Exercise. Starting at the first line, copy the data below through to the end, exactly.

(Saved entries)
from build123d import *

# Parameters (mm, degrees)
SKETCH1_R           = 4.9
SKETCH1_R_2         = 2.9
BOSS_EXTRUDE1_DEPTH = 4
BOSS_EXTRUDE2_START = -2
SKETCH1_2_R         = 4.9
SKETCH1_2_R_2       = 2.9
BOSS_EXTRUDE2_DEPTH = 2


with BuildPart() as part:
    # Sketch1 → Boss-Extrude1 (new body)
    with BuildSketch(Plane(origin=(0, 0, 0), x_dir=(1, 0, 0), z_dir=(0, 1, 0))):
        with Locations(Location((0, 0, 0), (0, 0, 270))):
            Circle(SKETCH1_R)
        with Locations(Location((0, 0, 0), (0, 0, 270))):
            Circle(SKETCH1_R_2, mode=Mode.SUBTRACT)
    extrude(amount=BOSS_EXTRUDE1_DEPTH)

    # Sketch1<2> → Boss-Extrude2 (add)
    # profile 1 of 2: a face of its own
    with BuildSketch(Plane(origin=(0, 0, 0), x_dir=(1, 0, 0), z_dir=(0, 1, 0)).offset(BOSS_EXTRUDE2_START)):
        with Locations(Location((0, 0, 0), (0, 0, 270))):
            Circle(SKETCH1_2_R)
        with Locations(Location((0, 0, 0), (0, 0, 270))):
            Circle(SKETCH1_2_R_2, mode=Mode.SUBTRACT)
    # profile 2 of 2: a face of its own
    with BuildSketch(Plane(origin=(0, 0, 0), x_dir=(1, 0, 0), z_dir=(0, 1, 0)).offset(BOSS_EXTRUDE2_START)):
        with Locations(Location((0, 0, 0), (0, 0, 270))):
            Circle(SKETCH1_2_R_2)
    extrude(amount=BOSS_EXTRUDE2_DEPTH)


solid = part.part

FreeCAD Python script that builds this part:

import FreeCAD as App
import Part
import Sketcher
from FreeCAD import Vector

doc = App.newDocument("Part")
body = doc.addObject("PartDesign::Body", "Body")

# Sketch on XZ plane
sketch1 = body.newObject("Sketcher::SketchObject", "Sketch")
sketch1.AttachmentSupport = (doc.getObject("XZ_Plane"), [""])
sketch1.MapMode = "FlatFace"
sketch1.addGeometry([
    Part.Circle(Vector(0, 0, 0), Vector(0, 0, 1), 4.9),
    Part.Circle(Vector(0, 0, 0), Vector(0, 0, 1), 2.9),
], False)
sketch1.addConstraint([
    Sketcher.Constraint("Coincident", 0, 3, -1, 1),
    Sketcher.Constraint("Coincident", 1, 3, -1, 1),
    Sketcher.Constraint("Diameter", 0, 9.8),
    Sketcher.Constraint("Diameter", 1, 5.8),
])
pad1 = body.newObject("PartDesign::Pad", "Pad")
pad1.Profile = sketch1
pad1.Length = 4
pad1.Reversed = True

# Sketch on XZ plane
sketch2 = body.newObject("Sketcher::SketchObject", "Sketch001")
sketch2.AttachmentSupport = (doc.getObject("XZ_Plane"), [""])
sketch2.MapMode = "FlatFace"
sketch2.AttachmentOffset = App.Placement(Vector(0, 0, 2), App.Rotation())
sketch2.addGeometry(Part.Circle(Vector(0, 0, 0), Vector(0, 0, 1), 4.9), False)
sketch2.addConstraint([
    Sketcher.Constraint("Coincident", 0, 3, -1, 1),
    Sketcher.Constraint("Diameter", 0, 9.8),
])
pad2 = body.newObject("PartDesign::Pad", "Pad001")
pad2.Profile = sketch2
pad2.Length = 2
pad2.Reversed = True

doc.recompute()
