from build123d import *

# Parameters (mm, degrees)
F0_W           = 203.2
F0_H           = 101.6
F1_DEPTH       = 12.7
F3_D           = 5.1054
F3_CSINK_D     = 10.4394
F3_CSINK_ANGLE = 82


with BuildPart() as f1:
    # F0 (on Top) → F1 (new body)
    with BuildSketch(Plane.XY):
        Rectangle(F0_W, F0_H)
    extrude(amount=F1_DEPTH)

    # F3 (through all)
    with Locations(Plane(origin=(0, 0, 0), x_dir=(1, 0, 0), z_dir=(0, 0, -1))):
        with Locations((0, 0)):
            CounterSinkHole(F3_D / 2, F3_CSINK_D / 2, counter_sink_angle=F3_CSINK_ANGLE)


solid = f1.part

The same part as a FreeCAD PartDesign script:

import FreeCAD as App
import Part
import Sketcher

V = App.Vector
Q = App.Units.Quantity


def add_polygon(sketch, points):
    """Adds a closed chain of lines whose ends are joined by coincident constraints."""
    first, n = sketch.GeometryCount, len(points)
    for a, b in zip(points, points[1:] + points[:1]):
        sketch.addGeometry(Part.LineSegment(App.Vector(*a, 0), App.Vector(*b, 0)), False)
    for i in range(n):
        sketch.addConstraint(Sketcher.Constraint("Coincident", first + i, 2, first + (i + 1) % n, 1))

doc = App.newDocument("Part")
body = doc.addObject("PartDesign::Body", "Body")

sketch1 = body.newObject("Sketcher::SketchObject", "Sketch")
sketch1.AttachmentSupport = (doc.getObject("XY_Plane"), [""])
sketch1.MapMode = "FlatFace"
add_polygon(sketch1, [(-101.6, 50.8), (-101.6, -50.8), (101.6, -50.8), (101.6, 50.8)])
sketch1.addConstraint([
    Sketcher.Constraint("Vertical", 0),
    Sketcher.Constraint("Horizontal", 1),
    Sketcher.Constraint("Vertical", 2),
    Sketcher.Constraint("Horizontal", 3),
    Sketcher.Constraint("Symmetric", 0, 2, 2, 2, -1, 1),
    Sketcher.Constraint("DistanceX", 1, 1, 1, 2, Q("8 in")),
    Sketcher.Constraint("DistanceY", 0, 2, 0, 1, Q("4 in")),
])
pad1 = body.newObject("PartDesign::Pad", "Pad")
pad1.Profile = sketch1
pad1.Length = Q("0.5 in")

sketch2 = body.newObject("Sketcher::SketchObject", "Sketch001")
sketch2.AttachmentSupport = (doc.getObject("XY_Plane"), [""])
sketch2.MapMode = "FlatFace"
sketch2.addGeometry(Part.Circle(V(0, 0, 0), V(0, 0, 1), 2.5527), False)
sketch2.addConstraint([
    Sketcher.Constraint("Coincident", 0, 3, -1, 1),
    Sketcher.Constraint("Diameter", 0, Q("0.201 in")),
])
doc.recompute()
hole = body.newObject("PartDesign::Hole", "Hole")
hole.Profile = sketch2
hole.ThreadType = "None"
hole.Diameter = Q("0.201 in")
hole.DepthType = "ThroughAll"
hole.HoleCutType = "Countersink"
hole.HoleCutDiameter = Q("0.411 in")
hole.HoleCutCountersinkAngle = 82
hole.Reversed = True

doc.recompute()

Solved exercise.
from build123d import *

# Parameters (mm, degrees)
SKETCH1_R           = 4.9
SKETCH1_R_2         = 2.9
BOSS_EXTRUDE1_DEPTH = 4
BOSS_EXTRUDE2_START = -2
SKETCH1_2_R         = 4.9
SKETCH1_2_R_2       = 2.9
BOSS_EXTRUDE2_DEPTH = 2


with BuildPart() as part:
    # Sketch1 → Boss-Extrude1 (new body)
    with BuildSketch(Plane(origin=(0, 0, 0), x_dir=(1, 0, 0), z_dir=(0, 1, 0))):
        with Locations(Location((0, 0, 0), (0, 0, 270))):
            Circle(SKETCH1_R)
        with Locations(Location((0, 0, 0), (0, 0, 270))):
            Circle(SKETCH1_R_2, mode=Mode.SUBTRACT)
    extrude(amount=BOSS_EXTRUDE1_DEPTH)

    # Sketch1<2> → Boss-Extrude2 (add)
    # profile 1 of 2: a face of its own
    with BuildSketch(Plane(origin=(0, 0, 0), x_dir=(1, 0, 0), z_dir=(0, 1, 0)).offset(BOSS_EXTRUDE2_START)):
        with Locations(Location((0, 0, 0), (0, 0, 270))):
            Circle(SKETCH1_2_R)
        with Locations(Location((0, 0, 0), (0, 0, 270))):
            Circle(SKETCH1_2_R_2, mode=Mode.SUBTRACT)
    # profile 2 of 2: a face of its own
    with BuildSketch(Plane(origin=(0, 0, 0), x_dir=(1, 0, 0), z_dir=(0, 1, 0)).offset(BOSS_EXTRUDE2_START)):
        with Locations(Location((0, 0, 0), (0, 0, 270))):
            Circle(SKETCH1_2_R_2)
    extrude(amount=BOSS_EXTRUDE2_DEPTH)


solid = part.part

FreeCAD Python script that builds this part:

import FreeCAD as App
import Part
import Sketcher
from FreeCAD import Vector

doc = App.newDocument("Part")
body = doc.addObject("PartDesign::Body", "Body")

# Sketch on XZ plane
sketch1 = body.newObject("Sketcher::SketchObject", "Sketch")
sketch1.AttachmentSupport = (doc.getObject("XZ_Plane"), [""])
sketch1.MapMode = "FlatFace"
sketch1.addGeometry([
    Part.Circle(Vector(0, 0, 0), Vector(0, 0, 1), 4.9),
    Part.Circle(Vector(0, 0, 0), Vector(0, 0, 1), 2.9),
], False)
sketch1.addConstraint([
    Sketcher.Constraint("Coincident", 0, 3, -1, 1),
    Sketcher.Constraint("Coincident", 1, 3, -1, 1),
    Sketcher.Constraint("Diameter", 0, 9.8),
    Sketcher.Constraint("Diameter", 1, 5.8),
])
pad1 = body.newObject("PartDesign::Pad", "Pad")
pad1.Profile = sketch1
pad1.Length = 4
pad1.Reversed = True

# Sketch on XZ plane
sketch2 = body.newObject("Sketcher::SketchObject", "Sketch001")
sketch2.AttachmentSupport = (doc.getObject("XZ_Plane"), [""])
sketch2.MapMode = "FlatFace"
sketch2.AttachmentOffset = App.Placement(Vector(0, 0, 2), App.Rotation())
sketch2.addGeometry(Part.Circle(Vector(0, 0, 0), Vector(0, 0, 1), 4.9), False)
sketch2.addConstraint([
    Sketcher.Constraint("Coincident", 0, 3, -1, 1),
    Sketcher.Constraint("Diameter", 0, 9.8),
])
pad2 = body.newObject("PartDesign::Pad", "Pad001")
pad2.Profile = sketch2
pad2.Length = 2
pad2.Reversed = True

doc.recompute()
from build123d import *

# Parameters (mm, degrees)
F0_W           = 203.2
F0_H           = 101.6
F1_DEPTH       = 12.7
F3_D           = 5.1054
F3_CSINK_D     = 10.4394
F3_CSINK_ANGLE = 82


with BuildPart() as f1:
    # F0 (on Top) → F1 (new body)
    with BuildSketch(Plane.XY):
        Rectangle(F0_W, F0_H)
    extrude(amount=F1_DEPTH)

    # F3 (through all)
    with Locations(Plane(origin=(0, 0, 0), x_dir=(1, 0, 0), z_dir=(0, 0, -1))):
        with Locations((0, 0)):
            CounterSinkHole(F3_D / 2, F3_CSINK_D / 2, counter_sink_angle=F3_CSINK_ANGLE)


solid = f1.part

The same part as a FreeCAD PartDesign script:

import FreeCAD as App
import Part
import Sketcher

V = App.Vector
Q = App.Units.Quantity


def add_polygon(sketch, points):
    """Adds a closed chain of lines whose ends are joined by coincident constraints."""
    first, n = sketch.GeometryCount, len(points)
    for a, b in zip(points, points[1:] + points[:1]):
        sketch.addGeometry(Part.LineSegment(App.Vector(*a, 0), App.Vector(*b, 0)), False)
    for i in range(n):
        sketch.addConstraint(Sketcher.Constraint("Coincident", first + i, 2, first + (i + 1) % n, 1))

doc = App.newDocument("Part")
body = doc.addObject("PartDesign::Body", "Body")

sketch1 = body.newObject("Sketcher::SketchObject", "Sketch")
sketch1.AttachmentSupport = (doc.getObject("XY_Plane"), [""])
sketch1.MapMode = "FlatFace"
add_polygon(sketch1, [(-101.6, 50.8), (-101.6, -50.8), (101.6, -50.8), (101.6, 50.8)])
sketch1.addConstraint([
    Sketcher.Constraint("Vertical", 0),
    Sketcher.Constraint("Horizontal", 1),
    Sketcher.Constraint("Vertical", 2),
    Sketcher.Constraint("Horizontal", 3),
    Sketcher.Constraint("Symmetric", 0, 2, 2, 2, -1, 1),
    Sketcher.Constraint("DistanceX", 1, 1, 1, 2, Q("8 in")),
    Sketcher.Constraint("DistanceY", 0, 2, 0, 1, Q("4 in")),
])
pad1 = body.newObject("PartDesign::Pad", "Pad")
pad1.Profile = sketch1
pad1.Length = Q("0.5 in")

sketch2 = body.newObject("Sketcher::SketchObject", "Sketch001")
sketch2.AttachmentSupport = (doc.getObject("XY_Plane"), [""])
sketch2.MapMode = "FlatFace"
sketch2.addGeometry(Part.Circle(V(0, 0, 0), V(0, 0, 1), 2.5527), False)
sketch2.addConstraint([
    Sketcher.Constraint("Coincident", 0, 3, -1, 1),
    Sketcher.Constraint("Diameter", 0, Q("0.201 in")),
])
doc.recompute()
hole = body.newObject("PartDesign::Hole", "Hole")
hole.Profile = sketch2
hole.ThreadType = "None"
hole.Diameter = Q("0.201 in")
hole.DepthType = "ThroughAll"
hole.HoleCutType = "Countersink"
hole.HoleCutDiameter = Q("0.411 in")
hole.HoleCutCountersinkAngle = 82
hole.Reversed = True

doc.recompute()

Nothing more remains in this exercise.